Clark Miller

No. 74, 82, 78
- Position: Defensive end

Personal information
- Born: August 11, 1938 Oakland, California, U.S.
- Died: November 5, 2008 (aged 70) Paso Robles, California, U.S.
- Listed height: 6 ft 5 in (1.96 m)
- Listed weight: 245 lb (111 kg)

Career information
- High school: Oakland (CA)
- College: Utah State
- NFL draft: 1961 (5th round, 58th overall pick)
- AFL draft: 1961 (14th round, 106th overall pick)

Career history
- San Francisco 49ers (1962–1968); New York Giants (1969)*; Washington Redskins (1969); Los Angeles Rams (1970);
- * Offseason or practice squad member only

Career NFL statistics
- Fumble recoveries: 5
- Interceptions: 1
- Sacks: 32.5
- Stats at Pro Football Reference

= Clark Miller =

American football player (1938–2008)

Franklin Clark Miller (August 11, 1938 – November 5, 2008) was an American professional football player in the National Football League (NFL) who played defensive end for nine seasons for the San Francisco 49ers, the Washington Redskins, and the Los Angeles Rams.
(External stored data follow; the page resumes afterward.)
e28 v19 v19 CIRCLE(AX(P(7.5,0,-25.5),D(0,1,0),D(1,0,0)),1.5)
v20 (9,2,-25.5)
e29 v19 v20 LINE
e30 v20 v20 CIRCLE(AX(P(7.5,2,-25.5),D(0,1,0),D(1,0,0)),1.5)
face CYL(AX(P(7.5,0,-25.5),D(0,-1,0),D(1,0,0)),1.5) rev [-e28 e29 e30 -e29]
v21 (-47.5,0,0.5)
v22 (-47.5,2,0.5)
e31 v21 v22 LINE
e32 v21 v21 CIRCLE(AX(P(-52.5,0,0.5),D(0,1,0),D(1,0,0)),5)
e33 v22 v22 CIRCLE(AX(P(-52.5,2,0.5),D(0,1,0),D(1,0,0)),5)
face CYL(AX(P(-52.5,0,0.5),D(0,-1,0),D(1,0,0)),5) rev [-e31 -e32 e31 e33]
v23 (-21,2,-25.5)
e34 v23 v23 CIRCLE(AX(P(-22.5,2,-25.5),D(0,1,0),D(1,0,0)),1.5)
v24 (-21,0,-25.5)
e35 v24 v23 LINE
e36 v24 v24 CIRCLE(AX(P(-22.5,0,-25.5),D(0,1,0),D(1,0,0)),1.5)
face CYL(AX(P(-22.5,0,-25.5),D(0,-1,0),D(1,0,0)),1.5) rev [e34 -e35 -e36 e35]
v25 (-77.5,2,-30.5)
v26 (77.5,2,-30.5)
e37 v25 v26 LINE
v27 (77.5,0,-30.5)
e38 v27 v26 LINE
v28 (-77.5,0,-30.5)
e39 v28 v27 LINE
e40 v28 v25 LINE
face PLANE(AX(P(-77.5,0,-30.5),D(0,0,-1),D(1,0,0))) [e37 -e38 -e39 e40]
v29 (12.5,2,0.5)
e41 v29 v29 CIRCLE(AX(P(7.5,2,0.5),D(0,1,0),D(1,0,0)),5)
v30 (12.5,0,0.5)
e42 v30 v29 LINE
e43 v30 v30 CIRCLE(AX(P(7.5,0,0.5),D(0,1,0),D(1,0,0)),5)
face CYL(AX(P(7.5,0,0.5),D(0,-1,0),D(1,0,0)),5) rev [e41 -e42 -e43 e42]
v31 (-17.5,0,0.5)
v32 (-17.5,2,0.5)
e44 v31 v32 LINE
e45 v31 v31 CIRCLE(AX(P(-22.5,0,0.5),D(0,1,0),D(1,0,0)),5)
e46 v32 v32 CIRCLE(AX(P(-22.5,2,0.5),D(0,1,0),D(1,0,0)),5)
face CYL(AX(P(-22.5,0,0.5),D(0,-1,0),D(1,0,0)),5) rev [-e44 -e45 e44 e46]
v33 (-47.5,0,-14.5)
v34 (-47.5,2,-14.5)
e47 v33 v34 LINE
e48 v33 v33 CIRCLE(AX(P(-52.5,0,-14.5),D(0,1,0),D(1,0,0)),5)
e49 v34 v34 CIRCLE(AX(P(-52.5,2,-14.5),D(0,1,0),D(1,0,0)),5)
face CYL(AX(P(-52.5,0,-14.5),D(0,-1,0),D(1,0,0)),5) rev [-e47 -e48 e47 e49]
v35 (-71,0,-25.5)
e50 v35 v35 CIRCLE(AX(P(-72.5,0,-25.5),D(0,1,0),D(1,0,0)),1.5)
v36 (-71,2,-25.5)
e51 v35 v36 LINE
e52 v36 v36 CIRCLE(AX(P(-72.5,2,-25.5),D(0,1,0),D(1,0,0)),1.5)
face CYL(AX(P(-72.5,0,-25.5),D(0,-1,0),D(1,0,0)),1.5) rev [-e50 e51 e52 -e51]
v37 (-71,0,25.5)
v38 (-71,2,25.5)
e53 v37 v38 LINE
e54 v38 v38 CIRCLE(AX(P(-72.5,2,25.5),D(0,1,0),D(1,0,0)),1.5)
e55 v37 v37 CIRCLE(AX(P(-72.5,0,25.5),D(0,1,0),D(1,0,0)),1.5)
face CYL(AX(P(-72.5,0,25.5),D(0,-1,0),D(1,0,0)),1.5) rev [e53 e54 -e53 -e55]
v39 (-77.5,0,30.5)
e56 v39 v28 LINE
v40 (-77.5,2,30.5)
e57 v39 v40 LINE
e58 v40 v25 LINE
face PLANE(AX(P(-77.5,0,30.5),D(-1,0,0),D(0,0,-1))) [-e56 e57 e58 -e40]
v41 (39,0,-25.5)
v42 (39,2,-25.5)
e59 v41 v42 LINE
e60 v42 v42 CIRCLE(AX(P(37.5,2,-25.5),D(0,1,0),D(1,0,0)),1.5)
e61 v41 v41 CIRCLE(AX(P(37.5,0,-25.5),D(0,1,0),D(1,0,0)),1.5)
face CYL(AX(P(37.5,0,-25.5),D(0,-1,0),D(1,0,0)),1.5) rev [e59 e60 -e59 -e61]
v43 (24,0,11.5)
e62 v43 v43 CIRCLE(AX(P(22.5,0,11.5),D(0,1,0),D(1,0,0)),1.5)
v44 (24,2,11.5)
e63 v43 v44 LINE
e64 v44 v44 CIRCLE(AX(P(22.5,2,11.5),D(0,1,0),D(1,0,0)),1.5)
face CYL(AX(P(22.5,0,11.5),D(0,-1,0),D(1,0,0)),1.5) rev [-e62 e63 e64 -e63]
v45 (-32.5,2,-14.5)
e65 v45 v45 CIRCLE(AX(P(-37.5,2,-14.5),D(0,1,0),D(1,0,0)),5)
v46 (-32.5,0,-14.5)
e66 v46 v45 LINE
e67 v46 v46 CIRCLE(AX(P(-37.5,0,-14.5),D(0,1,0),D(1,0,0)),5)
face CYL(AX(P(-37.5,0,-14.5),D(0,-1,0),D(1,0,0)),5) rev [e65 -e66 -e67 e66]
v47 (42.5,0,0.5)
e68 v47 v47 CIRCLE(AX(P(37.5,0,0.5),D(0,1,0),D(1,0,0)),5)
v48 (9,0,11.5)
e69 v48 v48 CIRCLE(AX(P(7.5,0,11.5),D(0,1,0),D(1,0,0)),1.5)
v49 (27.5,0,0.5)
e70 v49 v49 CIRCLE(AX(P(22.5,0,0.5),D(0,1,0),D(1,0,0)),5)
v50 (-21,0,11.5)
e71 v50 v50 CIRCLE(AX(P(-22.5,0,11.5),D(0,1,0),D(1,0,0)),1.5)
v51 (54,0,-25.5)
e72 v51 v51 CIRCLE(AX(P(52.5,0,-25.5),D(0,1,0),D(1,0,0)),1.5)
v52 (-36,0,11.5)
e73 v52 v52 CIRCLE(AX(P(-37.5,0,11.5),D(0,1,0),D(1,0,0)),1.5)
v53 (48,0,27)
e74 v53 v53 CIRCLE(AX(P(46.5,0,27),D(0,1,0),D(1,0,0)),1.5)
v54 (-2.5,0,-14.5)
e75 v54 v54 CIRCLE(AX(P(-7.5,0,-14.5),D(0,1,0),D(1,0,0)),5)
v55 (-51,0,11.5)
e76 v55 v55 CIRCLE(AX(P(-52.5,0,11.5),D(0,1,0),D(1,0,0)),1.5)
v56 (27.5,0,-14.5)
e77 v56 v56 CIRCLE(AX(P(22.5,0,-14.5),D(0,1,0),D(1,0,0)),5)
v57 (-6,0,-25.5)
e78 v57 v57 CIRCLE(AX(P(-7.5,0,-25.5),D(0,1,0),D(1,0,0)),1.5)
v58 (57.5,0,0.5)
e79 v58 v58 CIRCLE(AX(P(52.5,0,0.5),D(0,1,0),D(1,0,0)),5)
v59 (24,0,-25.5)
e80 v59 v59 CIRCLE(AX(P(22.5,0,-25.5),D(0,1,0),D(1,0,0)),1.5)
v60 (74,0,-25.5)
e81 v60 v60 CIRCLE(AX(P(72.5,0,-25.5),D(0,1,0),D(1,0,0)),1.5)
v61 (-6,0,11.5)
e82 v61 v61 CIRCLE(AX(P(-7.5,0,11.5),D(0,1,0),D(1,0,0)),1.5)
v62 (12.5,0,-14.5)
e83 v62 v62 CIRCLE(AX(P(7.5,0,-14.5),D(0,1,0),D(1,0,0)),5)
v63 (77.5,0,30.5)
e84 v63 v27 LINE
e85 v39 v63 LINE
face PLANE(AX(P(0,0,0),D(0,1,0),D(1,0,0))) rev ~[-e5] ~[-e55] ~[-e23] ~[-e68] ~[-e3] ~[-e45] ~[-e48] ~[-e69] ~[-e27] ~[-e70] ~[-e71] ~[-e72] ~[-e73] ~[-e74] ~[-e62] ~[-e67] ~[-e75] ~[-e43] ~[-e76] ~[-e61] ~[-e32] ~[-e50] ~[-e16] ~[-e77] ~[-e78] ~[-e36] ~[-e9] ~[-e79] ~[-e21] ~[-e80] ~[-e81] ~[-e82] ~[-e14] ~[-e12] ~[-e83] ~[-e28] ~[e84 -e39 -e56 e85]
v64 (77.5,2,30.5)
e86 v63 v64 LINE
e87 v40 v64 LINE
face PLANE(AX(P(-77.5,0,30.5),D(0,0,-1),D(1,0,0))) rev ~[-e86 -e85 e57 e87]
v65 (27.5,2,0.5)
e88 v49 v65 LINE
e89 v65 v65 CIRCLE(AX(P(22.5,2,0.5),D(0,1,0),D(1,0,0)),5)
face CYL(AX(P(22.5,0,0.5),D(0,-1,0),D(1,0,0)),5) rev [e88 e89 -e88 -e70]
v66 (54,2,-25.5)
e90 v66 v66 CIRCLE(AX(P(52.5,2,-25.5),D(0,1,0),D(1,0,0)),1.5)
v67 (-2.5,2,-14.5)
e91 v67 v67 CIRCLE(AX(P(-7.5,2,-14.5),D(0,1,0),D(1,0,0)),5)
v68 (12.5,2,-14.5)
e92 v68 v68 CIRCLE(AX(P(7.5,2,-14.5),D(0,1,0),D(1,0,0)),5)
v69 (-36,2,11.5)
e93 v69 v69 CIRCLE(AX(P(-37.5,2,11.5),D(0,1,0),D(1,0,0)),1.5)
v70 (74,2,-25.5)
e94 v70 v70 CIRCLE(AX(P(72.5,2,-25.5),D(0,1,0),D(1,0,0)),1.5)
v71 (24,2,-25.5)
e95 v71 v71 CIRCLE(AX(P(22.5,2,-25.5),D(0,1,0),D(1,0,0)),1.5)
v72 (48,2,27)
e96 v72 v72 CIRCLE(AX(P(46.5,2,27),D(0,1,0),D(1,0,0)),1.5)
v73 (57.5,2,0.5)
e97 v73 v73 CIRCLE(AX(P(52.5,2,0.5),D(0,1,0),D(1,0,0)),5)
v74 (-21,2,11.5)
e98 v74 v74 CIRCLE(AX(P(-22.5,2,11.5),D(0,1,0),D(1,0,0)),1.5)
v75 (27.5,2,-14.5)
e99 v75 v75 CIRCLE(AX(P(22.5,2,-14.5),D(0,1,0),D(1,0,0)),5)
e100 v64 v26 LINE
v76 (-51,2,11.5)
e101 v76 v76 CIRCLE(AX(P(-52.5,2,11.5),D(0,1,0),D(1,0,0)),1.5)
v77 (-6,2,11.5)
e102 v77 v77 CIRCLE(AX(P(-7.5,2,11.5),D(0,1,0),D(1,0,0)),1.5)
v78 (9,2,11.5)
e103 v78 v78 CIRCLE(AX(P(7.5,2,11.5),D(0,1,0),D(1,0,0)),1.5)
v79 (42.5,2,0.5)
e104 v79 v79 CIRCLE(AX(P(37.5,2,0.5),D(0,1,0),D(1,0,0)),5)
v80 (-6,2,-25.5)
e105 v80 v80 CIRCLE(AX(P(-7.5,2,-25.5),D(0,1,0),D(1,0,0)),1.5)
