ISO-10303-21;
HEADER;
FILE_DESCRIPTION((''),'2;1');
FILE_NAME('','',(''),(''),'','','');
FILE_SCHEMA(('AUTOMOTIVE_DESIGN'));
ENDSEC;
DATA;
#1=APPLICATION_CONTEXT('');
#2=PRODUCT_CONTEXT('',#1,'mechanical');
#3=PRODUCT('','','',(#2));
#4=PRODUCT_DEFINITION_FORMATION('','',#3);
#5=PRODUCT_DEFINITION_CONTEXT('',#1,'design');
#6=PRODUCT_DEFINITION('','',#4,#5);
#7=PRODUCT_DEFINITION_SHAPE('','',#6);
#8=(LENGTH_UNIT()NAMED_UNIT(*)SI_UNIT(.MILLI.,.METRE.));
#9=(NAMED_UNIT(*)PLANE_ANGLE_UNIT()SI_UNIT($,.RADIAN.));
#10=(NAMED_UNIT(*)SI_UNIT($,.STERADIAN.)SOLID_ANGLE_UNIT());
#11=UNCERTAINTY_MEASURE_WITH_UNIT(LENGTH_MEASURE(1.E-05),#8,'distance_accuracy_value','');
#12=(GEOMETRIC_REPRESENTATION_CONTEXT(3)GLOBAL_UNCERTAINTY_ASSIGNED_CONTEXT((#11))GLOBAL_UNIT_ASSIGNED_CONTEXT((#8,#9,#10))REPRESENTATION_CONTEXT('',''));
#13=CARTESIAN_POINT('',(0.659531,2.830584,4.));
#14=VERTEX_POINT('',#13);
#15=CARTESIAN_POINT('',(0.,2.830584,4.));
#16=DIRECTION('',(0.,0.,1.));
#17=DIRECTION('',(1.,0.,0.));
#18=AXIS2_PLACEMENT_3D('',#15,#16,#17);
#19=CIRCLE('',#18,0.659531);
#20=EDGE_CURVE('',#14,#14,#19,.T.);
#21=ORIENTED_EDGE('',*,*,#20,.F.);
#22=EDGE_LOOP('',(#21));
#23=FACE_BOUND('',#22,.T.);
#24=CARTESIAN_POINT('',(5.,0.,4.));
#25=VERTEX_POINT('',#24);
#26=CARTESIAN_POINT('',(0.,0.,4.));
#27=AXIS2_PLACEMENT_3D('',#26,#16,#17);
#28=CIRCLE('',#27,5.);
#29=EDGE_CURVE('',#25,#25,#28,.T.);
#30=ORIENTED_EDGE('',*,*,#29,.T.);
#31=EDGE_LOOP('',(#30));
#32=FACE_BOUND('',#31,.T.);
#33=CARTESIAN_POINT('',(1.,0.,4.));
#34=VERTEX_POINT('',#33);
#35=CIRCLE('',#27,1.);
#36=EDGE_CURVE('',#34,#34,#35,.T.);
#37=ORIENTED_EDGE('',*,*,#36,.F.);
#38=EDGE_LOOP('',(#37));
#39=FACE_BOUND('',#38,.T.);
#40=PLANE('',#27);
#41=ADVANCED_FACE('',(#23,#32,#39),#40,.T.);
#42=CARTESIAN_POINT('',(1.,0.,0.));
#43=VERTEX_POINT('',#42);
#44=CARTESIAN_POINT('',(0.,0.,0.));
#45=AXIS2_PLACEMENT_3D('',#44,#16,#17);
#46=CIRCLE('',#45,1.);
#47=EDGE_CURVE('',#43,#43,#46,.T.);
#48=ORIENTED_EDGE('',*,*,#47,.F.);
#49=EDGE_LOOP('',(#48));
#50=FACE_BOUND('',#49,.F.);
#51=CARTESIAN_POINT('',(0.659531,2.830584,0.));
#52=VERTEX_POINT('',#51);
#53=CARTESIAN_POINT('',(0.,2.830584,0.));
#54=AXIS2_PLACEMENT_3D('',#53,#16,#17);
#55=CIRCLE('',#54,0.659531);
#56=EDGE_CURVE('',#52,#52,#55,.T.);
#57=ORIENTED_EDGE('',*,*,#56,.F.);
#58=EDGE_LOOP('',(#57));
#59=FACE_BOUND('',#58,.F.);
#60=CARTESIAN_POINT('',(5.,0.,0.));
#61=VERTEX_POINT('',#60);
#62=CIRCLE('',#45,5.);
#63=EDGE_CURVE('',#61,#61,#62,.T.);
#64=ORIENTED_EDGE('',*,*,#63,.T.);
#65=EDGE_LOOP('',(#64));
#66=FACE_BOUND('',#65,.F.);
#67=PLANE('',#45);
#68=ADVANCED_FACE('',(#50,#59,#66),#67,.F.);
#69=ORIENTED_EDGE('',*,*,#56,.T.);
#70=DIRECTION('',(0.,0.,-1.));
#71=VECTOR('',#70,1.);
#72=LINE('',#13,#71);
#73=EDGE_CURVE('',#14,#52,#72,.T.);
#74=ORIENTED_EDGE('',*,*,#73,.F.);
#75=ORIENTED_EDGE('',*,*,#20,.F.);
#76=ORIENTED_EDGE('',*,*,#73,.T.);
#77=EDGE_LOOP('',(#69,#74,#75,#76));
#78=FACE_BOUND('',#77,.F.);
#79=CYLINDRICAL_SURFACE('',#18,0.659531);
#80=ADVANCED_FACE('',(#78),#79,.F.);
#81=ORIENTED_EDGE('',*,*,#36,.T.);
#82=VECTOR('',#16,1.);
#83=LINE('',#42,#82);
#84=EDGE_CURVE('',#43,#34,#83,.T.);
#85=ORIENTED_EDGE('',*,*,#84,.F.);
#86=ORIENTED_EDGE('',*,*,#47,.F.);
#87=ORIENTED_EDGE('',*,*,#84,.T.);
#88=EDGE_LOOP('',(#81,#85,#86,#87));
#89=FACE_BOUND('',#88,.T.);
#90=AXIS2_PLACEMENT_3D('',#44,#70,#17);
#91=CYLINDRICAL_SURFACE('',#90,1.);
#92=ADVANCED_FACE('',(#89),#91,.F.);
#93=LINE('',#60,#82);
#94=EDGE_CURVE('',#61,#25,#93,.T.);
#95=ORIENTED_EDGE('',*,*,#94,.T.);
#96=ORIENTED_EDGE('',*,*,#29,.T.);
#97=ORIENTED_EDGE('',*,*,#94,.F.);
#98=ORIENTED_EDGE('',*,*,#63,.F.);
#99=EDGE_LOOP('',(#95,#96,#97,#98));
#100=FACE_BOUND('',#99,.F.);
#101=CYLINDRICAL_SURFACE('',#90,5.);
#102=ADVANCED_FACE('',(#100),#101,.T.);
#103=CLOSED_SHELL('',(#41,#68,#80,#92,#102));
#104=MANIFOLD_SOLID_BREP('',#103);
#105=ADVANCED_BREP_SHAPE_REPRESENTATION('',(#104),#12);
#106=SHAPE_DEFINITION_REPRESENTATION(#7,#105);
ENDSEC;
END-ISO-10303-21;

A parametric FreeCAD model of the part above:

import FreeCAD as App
import Part
import Sketcher

doc = App.newDocument("Part")
body = doc.addObject("PartDesign::Body", "Body")

sketch1 = body.newObject("Sketcher::SketchObject", "Sketch")
sketch1.AttachmentSupport = (doc.getObject("XY_Plane"), [""])
sketch1.MapMode = "FlatFace"
sketch1.addGeometry(Part.Circle(App.Vector(0, 0, 0), App.Vector(0, 0, 1), 5), False)
sketch1.addGeometry(Part.Circle(App.Vector(0, 0, 0), App.Vector(0, 0, 1), 1), False)
sketch1.addConstraint(Sketcher.Constraint("Coincident", 0, 3, -1, 1))
sketch1.addConstraint(Sketcher.Constraint("Coincident", 1, 3, -1, 1))
sketch1.addConstraint(Sketcher.Constraint("Diameter", 0, 10.0))
sketch1.addConstraint(Sketcher.Constraint("Diameter", 1, 2.0))
pad1 = body.newObject("PartDesign::Pad", "Pad")
pad1.Profile = sketch1
pad1.Length = 4

sketch2 = body.newObject("Sketcher::SketchObject", "Sketch001")
sketch2.AttachmentSupport = (doc.getObject("XY_Plane"), [""])
sketch2.MapMode = "FlatFace"
sketch2.AttachmentOffset = App.Placement(App.Vector(0, 0, 4), App.Rotation())
sketch2.addGeometry(Part.Circle(App.Vector(0, 2.830584, 0), App.Vector(0, 0, 1), 0.659531), False)
sketch2.addConstraint(Sketcher.Constraint("PointOnObject", 0, 3, -2))
sketch2.addConstraint(Sketcher.Constraint("Diameter", 0, 1.319062))
sketch2.addConstraint(Sketcher.Constraint("DistanceY", -1, 1, 0, 3, 2.830584))
pocket1 = body.newObject("PartDesign::Pocket", "Pocket")
pocket1.Profile = sketch2
pocket1.Length = 10.72134

doc.recompute()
He played college football at Utah State University and was drafted in the fifth round of the 1961 NFL draft. Miller was also selected in the fourteenth round of the 1961 AFL draft by the Oakland Raiders.

Clark Miller died of a heart attack on November 5, 2008, at a hospital in Paso Robles, California a week after he was injured and hospitalized following a horse riding accident.